Наблюдая за гостем, Рубина тогда невольно прервала разговор, искренне от души тогда порадовалась замеченному поступку, не смогла смолчать:
– Нэ, дыкх, знаешь, что настоящие цыгане хлеб не режут, а разламывают руками! Лачо чаво! (пер.: Добрый (хороший) парень!). А почему так делают знаешь?
Михаил в ответ молча лишь пожал плечами, ответив вопросом на вопрос:
– А в самом деле, почему?
Помолчав немного, Рубина объяснила:
– А потому, парень, что считают хлеб телом Христовым. Это одно. В церкви то частицы из просфоры берут те, кого рукоположили на это, с молитвой делает. Разве можно тело Христа просто так резать?

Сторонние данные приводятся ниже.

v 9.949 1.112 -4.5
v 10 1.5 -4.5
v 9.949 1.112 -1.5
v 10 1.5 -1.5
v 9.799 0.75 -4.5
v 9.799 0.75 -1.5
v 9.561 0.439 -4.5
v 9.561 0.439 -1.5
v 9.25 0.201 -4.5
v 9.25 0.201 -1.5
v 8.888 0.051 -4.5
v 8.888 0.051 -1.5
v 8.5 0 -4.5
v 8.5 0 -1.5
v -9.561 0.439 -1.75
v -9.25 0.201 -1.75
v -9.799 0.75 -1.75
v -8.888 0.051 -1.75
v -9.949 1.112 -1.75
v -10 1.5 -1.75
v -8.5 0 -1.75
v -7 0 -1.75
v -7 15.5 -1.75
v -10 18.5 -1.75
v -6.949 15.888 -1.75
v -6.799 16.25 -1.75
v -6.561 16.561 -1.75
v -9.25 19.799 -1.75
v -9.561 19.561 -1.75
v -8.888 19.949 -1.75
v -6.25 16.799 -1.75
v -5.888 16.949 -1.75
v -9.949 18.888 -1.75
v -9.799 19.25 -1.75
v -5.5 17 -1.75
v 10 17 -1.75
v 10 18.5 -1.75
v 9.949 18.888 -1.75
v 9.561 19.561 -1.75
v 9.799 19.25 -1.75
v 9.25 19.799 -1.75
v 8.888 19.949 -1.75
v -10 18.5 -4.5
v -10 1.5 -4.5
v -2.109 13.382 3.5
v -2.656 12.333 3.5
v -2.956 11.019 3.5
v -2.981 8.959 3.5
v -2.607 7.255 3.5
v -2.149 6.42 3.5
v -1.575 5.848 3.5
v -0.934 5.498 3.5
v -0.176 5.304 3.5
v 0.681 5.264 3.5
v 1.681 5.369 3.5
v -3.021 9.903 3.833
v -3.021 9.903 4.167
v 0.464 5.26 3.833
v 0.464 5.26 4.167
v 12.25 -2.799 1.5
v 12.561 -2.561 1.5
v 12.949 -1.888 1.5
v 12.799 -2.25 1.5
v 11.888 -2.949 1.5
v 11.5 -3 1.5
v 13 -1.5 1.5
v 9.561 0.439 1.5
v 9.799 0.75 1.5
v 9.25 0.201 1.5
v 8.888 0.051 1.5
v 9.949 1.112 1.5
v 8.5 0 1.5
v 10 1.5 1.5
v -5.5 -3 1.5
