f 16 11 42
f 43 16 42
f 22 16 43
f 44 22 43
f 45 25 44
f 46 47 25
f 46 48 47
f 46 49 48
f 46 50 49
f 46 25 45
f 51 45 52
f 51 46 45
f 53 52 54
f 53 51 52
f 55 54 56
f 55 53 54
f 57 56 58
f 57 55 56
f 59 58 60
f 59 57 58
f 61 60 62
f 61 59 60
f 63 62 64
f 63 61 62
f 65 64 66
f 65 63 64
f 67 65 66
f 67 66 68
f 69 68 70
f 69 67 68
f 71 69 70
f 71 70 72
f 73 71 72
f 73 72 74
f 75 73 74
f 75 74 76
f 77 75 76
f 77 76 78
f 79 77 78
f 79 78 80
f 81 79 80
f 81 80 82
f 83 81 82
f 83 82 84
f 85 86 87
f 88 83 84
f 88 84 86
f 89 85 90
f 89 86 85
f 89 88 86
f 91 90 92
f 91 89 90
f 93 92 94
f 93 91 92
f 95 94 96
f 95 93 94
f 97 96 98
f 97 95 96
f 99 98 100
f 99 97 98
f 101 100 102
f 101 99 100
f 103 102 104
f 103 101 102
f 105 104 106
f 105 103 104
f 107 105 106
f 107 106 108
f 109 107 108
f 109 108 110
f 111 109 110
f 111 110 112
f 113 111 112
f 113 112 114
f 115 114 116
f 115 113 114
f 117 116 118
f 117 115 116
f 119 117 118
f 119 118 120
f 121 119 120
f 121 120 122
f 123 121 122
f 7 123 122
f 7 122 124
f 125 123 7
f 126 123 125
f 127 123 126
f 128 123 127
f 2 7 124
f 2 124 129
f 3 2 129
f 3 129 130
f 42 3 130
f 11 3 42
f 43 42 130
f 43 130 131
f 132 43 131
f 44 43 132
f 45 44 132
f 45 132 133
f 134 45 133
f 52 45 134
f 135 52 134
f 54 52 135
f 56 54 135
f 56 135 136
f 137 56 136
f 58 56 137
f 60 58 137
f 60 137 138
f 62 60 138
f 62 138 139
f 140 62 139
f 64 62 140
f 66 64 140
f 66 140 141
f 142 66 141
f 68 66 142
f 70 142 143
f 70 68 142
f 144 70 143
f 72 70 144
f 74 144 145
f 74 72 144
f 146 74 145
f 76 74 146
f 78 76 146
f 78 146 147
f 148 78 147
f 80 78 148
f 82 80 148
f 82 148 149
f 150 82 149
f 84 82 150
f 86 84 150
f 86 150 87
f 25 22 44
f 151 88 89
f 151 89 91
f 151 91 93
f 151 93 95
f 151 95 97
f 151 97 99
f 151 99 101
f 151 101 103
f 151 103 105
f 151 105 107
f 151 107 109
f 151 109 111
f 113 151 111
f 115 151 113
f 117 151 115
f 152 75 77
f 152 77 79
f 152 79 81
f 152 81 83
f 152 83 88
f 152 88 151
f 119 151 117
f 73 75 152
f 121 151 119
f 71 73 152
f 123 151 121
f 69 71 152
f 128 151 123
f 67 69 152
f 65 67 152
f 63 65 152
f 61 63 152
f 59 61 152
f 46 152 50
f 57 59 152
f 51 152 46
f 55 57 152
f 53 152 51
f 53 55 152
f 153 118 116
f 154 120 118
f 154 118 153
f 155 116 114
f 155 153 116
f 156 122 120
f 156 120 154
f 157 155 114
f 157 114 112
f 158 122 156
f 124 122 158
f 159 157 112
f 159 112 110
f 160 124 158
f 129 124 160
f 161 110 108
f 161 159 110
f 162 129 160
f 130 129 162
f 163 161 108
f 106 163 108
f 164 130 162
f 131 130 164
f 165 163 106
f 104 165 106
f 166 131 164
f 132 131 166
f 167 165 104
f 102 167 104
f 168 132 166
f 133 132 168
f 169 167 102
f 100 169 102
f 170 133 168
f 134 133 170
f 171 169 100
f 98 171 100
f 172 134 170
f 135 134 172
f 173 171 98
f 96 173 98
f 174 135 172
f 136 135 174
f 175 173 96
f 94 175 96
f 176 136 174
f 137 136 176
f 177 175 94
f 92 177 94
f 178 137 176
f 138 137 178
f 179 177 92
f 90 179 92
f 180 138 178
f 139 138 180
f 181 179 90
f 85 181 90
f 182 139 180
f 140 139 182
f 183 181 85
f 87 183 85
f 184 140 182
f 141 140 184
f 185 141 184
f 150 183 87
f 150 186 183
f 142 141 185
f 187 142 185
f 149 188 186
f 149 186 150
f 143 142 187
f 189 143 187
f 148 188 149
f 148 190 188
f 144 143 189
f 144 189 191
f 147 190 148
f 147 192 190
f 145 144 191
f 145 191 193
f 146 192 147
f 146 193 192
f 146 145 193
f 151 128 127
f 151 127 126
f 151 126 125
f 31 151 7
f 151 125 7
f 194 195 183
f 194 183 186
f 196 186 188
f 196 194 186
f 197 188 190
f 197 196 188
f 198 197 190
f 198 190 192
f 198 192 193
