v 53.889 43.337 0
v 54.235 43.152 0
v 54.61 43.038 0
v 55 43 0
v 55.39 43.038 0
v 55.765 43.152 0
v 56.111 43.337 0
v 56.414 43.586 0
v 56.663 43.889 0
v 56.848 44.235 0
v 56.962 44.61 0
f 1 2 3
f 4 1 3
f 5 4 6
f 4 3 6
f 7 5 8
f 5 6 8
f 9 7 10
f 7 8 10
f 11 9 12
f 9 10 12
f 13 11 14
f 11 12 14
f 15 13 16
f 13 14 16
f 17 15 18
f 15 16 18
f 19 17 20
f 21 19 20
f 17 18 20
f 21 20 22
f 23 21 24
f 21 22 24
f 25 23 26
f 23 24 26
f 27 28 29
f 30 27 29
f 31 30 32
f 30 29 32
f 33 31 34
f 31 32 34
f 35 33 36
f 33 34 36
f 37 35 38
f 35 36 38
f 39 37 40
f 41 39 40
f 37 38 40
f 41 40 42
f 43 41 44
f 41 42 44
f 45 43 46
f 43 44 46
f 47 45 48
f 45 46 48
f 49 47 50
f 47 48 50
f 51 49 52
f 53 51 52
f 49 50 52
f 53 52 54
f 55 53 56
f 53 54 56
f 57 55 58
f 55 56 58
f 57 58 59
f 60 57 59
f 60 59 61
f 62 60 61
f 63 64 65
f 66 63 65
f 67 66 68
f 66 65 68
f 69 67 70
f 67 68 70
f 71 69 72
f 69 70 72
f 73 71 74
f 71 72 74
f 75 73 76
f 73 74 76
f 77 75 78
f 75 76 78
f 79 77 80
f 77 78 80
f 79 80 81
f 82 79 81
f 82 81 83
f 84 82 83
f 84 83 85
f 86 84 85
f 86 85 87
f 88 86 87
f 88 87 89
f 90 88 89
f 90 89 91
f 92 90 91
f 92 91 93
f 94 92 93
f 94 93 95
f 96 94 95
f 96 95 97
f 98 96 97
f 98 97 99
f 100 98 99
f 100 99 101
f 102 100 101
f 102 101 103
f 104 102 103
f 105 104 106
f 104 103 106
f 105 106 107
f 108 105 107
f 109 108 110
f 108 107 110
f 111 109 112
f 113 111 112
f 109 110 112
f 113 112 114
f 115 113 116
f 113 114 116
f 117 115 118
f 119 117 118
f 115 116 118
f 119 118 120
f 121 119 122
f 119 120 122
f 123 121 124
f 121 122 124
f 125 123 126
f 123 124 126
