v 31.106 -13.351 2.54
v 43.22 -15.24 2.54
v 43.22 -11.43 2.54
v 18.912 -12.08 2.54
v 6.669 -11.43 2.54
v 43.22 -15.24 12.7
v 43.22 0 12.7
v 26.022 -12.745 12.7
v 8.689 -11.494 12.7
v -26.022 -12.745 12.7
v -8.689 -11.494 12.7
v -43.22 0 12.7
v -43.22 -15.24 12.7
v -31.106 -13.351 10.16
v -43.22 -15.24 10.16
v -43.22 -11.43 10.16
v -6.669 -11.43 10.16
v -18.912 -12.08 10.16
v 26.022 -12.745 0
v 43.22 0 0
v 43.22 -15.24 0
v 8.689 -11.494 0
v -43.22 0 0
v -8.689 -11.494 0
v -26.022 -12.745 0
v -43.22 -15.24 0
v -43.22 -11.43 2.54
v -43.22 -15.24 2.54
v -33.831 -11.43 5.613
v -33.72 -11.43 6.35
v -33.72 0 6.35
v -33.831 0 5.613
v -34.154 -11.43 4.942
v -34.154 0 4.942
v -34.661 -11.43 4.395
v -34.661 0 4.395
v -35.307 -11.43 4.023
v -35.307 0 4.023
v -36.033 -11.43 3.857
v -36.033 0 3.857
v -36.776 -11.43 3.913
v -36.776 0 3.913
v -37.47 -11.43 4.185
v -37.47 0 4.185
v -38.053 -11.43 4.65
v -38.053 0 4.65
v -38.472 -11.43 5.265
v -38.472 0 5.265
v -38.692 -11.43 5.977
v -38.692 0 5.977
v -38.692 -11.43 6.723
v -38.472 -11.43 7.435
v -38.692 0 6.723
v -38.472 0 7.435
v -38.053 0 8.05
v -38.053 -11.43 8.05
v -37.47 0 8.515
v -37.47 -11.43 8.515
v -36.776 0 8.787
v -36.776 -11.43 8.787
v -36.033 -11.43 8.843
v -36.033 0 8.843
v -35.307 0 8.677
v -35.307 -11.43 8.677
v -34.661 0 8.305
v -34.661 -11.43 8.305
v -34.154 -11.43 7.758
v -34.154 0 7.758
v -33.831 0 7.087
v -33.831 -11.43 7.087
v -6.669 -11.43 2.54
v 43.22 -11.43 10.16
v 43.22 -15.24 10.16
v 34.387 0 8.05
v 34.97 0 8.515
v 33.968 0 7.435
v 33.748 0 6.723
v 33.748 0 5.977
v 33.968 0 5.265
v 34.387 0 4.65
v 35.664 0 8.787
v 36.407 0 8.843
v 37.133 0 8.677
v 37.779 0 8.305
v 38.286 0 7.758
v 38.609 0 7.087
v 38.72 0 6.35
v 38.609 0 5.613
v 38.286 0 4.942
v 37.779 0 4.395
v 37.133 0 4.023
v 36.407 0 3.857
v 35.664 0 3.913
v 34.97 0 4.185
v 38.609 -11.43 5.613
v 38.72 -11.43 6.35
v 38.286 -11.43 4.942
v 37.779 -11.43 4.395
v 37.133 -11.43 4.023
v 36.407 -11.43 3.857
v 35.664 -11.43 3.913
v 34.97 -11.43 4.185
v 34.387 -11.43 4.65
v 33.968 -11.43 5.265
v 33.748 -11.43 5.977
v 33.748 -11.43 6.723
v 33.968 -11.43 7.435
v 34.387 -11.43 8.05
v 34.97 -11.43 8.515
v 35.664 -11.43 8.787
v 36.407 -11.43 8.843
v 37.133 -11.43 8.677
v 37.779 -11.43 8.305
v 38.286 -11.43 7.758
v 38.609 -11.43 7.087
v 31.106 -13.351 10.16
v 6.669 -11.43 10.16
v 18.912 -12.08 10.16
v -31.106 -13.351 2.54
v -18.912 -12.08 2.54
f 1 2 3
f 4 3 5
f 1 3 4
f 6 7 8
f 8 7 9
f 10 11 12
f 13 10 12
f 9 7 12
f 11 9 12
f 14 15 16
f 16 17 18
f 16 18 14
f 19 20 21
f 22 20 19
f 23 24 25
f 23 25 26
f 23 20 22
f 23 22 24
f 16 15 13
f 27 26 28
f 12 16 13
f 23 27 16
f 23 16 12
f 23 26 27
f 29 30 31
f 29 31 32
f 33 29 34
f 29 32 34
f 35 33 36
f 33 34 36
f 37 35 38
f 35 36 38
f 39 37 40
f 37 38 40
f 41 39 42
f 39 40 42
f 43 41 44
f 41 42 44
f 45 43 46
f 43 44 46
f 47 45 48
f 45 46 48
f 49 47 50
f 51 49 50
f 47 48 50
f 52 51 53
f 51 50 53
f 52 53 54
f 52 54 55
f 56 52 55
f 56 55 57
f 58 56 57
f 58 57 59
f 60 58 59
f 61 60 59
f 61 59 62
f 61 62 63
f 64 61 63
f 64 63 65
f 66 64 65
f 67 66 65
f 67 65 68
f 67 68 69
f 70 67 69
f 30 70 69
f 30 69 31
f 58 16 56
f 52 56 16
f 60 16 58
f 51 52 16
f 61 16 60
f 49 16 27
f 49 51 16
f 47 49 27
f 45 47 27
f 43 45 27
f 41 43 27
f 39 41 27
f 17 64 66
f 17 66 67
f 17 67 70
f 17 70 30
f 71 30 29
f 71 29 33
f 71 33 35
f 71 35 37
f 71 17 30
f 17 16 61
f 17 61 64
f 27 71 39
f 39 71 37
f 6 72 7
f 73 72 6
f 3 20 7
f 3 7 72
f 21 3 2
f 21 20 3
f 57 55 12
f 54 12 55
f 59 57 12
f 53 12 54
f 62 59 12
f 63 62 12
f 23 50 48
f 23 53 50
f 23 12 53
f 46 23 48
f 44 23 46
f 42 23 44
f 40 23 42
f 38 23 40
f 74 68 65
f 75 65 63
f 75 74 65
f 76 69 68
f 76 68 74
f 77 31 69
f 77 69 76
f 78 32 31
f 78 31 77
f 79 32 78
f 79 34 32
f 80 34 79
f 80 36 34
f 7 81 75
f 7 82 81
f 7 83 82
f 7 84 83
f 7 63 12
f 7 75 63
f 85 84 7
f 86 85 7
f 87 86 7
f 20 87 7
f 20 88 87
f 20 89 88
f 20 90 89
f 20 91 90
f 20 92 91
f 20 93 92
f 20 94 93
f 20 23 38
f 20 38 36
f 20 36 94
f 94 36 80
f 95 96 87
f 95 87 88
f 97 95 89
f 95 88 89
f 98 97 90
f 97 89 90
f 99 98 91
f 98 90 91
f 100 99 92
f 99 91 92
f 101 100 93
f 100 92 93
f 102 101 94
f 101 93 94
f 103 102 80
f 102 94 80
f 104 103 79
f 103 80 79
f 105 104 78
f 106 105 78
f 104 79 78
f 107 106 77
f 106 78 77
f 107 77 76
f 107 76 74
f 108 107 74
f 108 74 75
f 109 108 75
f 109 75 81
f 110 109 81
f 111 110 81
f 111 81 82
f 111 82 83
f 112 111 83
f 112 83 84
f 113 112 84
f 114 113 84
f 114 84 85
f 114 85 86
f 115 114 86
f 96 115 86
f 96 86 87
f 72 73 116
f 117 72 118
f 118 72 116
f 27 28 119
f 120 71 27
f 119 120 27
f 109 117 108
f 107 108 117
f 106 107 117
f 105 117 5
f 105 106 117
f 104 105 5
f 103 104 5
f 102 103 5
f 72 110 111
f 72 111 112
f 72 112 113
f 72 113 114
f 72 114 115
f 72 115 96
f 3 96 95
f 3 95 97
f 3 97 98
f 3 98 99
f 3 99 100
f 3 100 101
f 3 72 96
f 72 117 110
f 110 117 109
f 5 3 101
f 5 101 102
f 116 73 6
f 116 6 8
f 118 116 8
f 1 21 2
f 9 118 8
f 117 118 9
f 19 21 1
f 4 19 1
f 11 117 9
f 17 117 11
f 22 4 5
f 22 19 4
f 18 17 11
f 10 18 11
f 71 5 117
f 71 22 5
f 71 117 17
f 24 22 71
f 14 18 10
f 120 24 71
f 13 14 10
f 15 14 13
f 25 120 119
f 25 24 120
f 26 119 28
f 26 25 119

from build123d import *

# Parameters (mm, degrees)
BOSS_EXTRUDE1_DEPTH = 12.7
SKETCH2_R           = 2.5
CUT_EXTRUDE1_DEPTH  = 16.24
SKETCH3_W           = 7.62
SKETCH3_H           = 3.81
CUT_EXTRUDE2_DEPTH  = 87.4400001


with BuildPart() as part:
    # Sketch1 → Boss-Extrude1 (new body)
    with BuildSketch(Plane.XY):
        with BuildLine():
            Line((-43.22, 0), (43.22, 0))
            Line((43.22, 0), (43.22, -15.24))
            ThreePointArc((43.22, -15.24), (0, -11.337812964), (-43.22, -15.24))
            Line((-43.22, -15.24), (-43.22, 0))
        make_face()
    extrude(amount=BOSS_EXTRUDE1_DEPTH)

    # Sketch2 → Cut-Extrude1 (cut, through all)
    with BuildSketch(Plane(origin=(0, 0, 0), x_dir=(1, 0, 0), z_dir=(0, 1, 0))):
        with Locations((-36.22, -6.35)):
            Circle(SKETCH2_R)
        with Locations((36.22, -6.35)):
            Circle(SKETCH2_R)
    extrude(amount=-CUT_EXTRUDE1_DEPTH, mode=Mode.SUBTRACT)

    # Sketch3 → Cut-Extrude2 (cut, through all)
    with BuildSketch(Plane(origin=(43.22, 0, 0), x_dir=(0, 0, -1), z_dir=(1, 0, 0))):
        with Locations((-6.35, -13.335)):
            Rectangle(SKETCH3_W, SKETCH3_H)
    extrude(amount=-CUT_EXTRUDE2_DEPTH, mode=Mode.SUBTRACT)


solid = part.part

А во-вторых, это совсем просто, ещё и потому, чтобы никто не считал за другим сколько ломтей хлеба человек съел.
Михаил печально вздохнул.
– Когда объяснят – не трудно понять… Как вот самому жизнь научиться понимать…
Рубине очень были по душе и понятны такие рассуждения Михаила. Когда-то и она начала учиться жизни, и без поучений стариков очень сложно было самостоятельно разобраться что правильно, что неправильно. К тому же росла в сложные послевоенные годы, когда судьба цыган претерпевала перелом к новой жизни в поднимающейся из руин страны. А цыгане давно были частью этой страны.